- [Saved entries]
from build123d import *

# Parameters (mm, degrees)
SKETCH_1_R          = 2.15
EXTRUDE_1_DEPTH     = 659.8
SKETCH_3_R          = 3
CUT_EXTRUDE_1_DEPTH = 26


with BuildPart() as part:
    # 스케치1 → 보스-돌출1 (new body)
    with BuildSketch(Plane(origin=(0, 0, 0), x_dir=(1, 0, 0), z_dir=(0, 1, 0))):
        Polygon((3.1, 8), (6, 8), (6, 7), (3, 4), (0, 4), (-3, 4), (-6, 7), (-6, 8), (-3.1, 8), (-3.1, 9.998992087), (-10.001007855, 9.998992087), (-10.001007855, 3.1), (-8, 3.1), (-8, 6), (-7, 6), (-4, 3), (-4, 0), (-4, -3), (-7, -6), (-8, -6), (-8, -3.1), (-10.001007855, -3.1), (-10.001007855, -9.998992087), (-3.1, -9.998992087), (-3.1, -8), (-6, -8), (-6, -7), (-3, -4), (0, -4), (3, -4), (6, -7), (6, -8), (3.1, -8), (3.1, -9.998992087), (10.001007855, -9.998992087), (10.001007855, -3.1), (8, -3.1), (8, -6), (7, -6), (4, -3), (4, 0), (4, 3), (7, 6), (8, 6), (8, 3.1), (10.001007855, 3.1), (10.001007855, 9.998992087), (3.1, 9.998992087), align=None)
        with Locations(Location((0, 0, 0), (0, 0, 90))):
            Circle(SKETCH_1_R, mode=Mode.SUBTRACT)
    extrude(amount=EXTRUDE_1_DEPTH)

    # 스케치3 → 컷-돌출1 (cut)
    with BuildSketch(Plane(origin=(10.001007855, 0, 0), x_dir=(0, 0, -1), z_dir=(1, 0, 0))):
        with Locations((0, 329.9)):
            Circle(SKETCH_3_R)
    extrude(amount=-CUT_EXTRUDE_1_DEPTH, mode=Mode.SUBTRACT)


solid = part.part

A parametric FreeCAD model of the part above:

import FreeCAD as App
import Part
import Sketcher
from FreeCAD import Vector
Q = App.Units.Quantity

doc = App.newDocument("Part")
body = doc.addObject("PartDesign::Body", "Body")

# Sketch on XZ plane
sketch1 = doc.addObject("Sketcher::SketchObject", "Sketch")
body.addObject(sketch1)
sketch1.AttachmentSupport = (doc.XZ_Plane, [""])
sketch1.MapMode = "FlatFace"
sketch1.addGeometry(Part.LineSegment(Vector(3.1, -8, 0), Vector(6, -8, 0)), False)
sketch1.addGeometry(Part.LineSegment(Vector(6, -8, 0), Vector(6, -7, 0)), False)
sketch1.addGeometry(Part.LineSegment(Vector(6, -7, 0), Vector(3, -4, 0)), False)
sketch1.addGeometry(Part.LineSegment(Vector(3, -4, 0), Vector(-3, -4, 0)), False)
sketch1.addGeometry(Part.LineSegment(Vector(-3, -4, 0), Vector(-6, -7, 0)), False)
sketch1.addGeometry(Part.LineSegment(Vector(-6, -7, 0), Vector(-6, -8, 0)), False)
sketch1.addGeometry(Part.LineSegment(Vector(-6, -8, 0), Vector(-3.1, -8, 0)), False)
sketch1.addGeometry(Part.LineSegment(Vector(-3.1, -8, 0), Vector(-3.1, -10, 0)), False)
sketch1.addGeometry(Part.LineSegment(Vector(-3.1, -10, 0), Vector(-10, -10, 0)), False)
sketch1.addGeometry(Part.LineSegment(Vector(-10, -10, 0), Vector(-10, -3.1, 0)), False)
sketch1.addGeometry(Part.LineSegment(Vector(-10, -3.1, 0), Vector(-8, -3.1, 0)), False)
sketch1.addGeometry(Part.LineSegment(Vector(-8, -3.1, 0), Vector(-8, -6, 0)), False)
sketch1.addGeometry(Part.LineSegment(Vector(-8, -6, 0), Vector(-7, -6, 0)), False)
sketch1.addGeometry(Part.LineSegment(Vector(-7, -6, 0), Vector(-4, -3, 0)), False)
sketch1.addGeometry(Part.LineSegment(Vector(-4, -3, 0), Vector(-4, 3, 0)), False)
sketch1.addGeometry(Part.LineSegment(Vector(-4, 3, 0), Vector(-7, 6, 0)), False)
sketch1.addGeometry(Part.LineSegment(Vector(-7, 6, 0), Vector(-8, 6, 0)), False)
sketch1.addGeometry(Part.LineSegment(Vector(-8, 6, 0), Vector(-8, 3.1, 0)), False)
sketch1.addGeometry(Part.LineSegment(Vector(-8, 3.1, 0), Vector(-10, 3.1, 0)), False)
sketch1.addGeometry(Part.LineSegment(Vector(-10, 3.1, 0), Vector(-10, 10, 0)), False)
sketch1.addGeometry(Part.LineSegment(Vector(-10, 10, 0), Vector(-3.1, 10, 0)), False)
sketch1.addGeometry(Part.LineSegment(Vector(-3.1, 10, 0), Vector(-3.1, 8, 0)), False)
sketch1.addGeometry(Part.LineSegment(Vector(-3.1, 8, 0), Vector(-6, 8, 0)), False)
sketch1.addGeometry(Part.LineSegment(Vector(-6, 8, 0), Vector(-6, 7, 0)), False)
sketch1.addGeometry(Part.LineSegment(Vector(-6, 7, 0), Vector(-3, 4, 0)), False)
sketch1.addGeometry(Part.LineSegment(Vector(-3, 4, 0), Vector(3, 4, 0)), False)
sketch1.addGeometry(Part.LineSegment(Vector(3, 4, 0), Vector(6, 7, 0)), False)
sketch1.addGeometry(Part.LineSegment(Vector(6, 7, 0), Vector(6, 8, 0)), False)
sketch1.addGeometry(Part.LineSegment(Vector(6, 8, 0), Vector(3.1, 8, 0)), False)
sketch1.addGeometry(Part.LineSegment(Vector(3.1, 8, 0), Vector(3.1, 10, 0)), False)
sketch1.addGeometry(Part.LineSegment(Vector(3.1, 10, 0), Vector(10, 10, 0)), False)
sketch1.addGeometry(Part.LineSegment(Vector(10, 10, 0), Vector(10, 3.1, 0)), False)
sketch1.addGeometry(Part.LineSegment(Vector(10, 3.1, 0), Vector(8, 3.1, 0)), False)
sketch1.addGeometry(Part.LineSegment(Vector(8, 3.1, 0), Vector(8, 6, 0)), False)
sketch1.addGeometry(Part.LineSegment(Vector(8, 6, 0), Vector(7, 6, 0)), False)
sketch1.addGeometry(Part.LineSegment(Vector(7, 6, 0), Vector(4, 3, 0)), False)
sketch1.addGeometry(Part.LineSegment(Vector(4, 3, 0), Vector(4, -3, 0)), False)
sketch1.addGeometry(Part.LineSegment(Vector(4, -3, 0), Vector(7, -6, 0)), False)
sketch1.addGeometry(Part.LineSegment(Vector(7, -6, 0), Vector(8, -6, 0)), False)
sketch1.addGeometry(Part.LineSegment(Vector(8, -6, 0), Vector(8, -3.1, 0)), False)
sketch1.addGeometry(Part.LineSegment(Vector(8, -3.1, 0), Vector(10, -3.1, 0)), False)
sketch1.addGeometry(Part.LineSegment(Vector(10, -3.1, 0), Vector(10, -10, 0)), False)
sketch1.addGeometry(Part.LineSegment(Vector(10, -10, 0), Vector(3.1, -10, 0)), False)
sketch1.addGeometry(Part.LineSegment(Vector(3.1, -10, 0), Vector(3.1, -8, 0)), False)
sketch1.addGeometry(Part.Circle(Vector(0, 0, 0), Vector(0, 0, 1), 2.1), False)
sketch1.addConstraint(Sketcher.Constraint("Coincident", 0, 2, 1, 1))
sketch1.addConstraint(Sketcher.Constraint("Coincident", 1, 2, 2, 1))
sketch1.addConstraint(Sketcher.Constraint("Coincident", 2, 2, 3, 1))
sketch1.addConstraint(Sketcher.Constraint("Coincident", 3, 2, 4, 1))
sketch1.addConstraint(Sketcher.Constraint("Coincident", 4, 2, 5, 1))
sketch1.addConstraint(Sketcher.Constraint("Coincident", 5, 2, 6, 1))
sketch1.addConstraint(Sketcher.Constraint("Coincident", 6, 2, 7, 1))
sketch1.addConstraint(Sketcher.Constraint("Coincident", 7, 2, 8, 1))
sketch1.addConstraint(Sketcher.Constraint("Coincident", 8, 2, 9, 1))
sketch1.addConstraint(Sketcher.Constraint("Coincident", 9, 2, 10, 1))
sketch1.addConstraint(Sketcher.Constraint("Coincident", 10, 2, 11, 1))
sketch1.addConstraint(Sketcher.Constraint("Coincident", 11, 2, 12, 1))
sketch1.addConstraint(Sketcher.Constraint("Coincident", 12, 2, 13, 1))
sketch1.addConstraint(Sketcher.Constraint("Coincident", 13, 2, 14, 1))
sketch1.addConstraint(Sketcher.Constraint("Coincident", 14, 2, 15, 1))
sketch1.addConstraint(Sketcher.Constraint("Coincident", 15, 2, 16, 1))
sketch1.addConstraint(Sketcher.Constraint("Coincident", 16, 2, 17, 1))
sketch1.addConstraint(Sketcher.Constraint("Coincident", 17, 2, 18, 1))
sketch1.addConstraint(Sketcher.Constraint("Coincident", 18, 2, 19, 1))
sketch1.addConstraint(Sketcher.Constraint("Coincident", 19, 2, 20, 1))
sketch1.addConstraint(Sketcher.Constraint("Coincident", 20, 2, 21, 1))
sketch1.addConstraint(Sketcher.Constraint("Coincident", 21, 2, 22, 1))
sketch1.addConstraint(Sketcher.Constraint("Coincident", 22, 2, 23, 1))
sketch1.addConstraint(Sketcher.Constraint("Coincident", 23, 2, 24, 1))
sketch1.addConstraint(Sketcher.Constraint("Coincident", 24, 2, 25, 1))
sketch1.addConstraint(Sketcher.Constraint("Coincident", 25, 2, 26, 1))
sketch1.addConstraint(Sketcher.Constraint("Coincident", 26, 2, 27, 1))
sketch1.addConstraint(Sketcher.Constraint("Coincident", 27, 2, 28, 1))
sketch1.addConstraint(Sketcher.Constraint("Coincident", 28, 2, 29, 1))
sketch1.addConstraint(Sketcher.Constraint("Coincident", 29, 2, 30, 1))
sketch1.addConstraint(Sketcher.Constraint("Coincident", 30, 2, 31, 1))
sketch1.addConstraint(Sketcher.Constraint("Coincident", 31, 2, 32, 1))
sketch1.addConstraint(Sketcher.Constraint("Coincident", 32, 2, 33, 1))
sketch1.addConstraint(Sketcher.Constraint("Coincident", 33, 2, 34, 1))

- [WHAT THIS TASK INVOLVES]
Across the records above, tally the lines that contain "amount" and return the number alone.

- [RESPONSE TO THIS EXERCISE]
2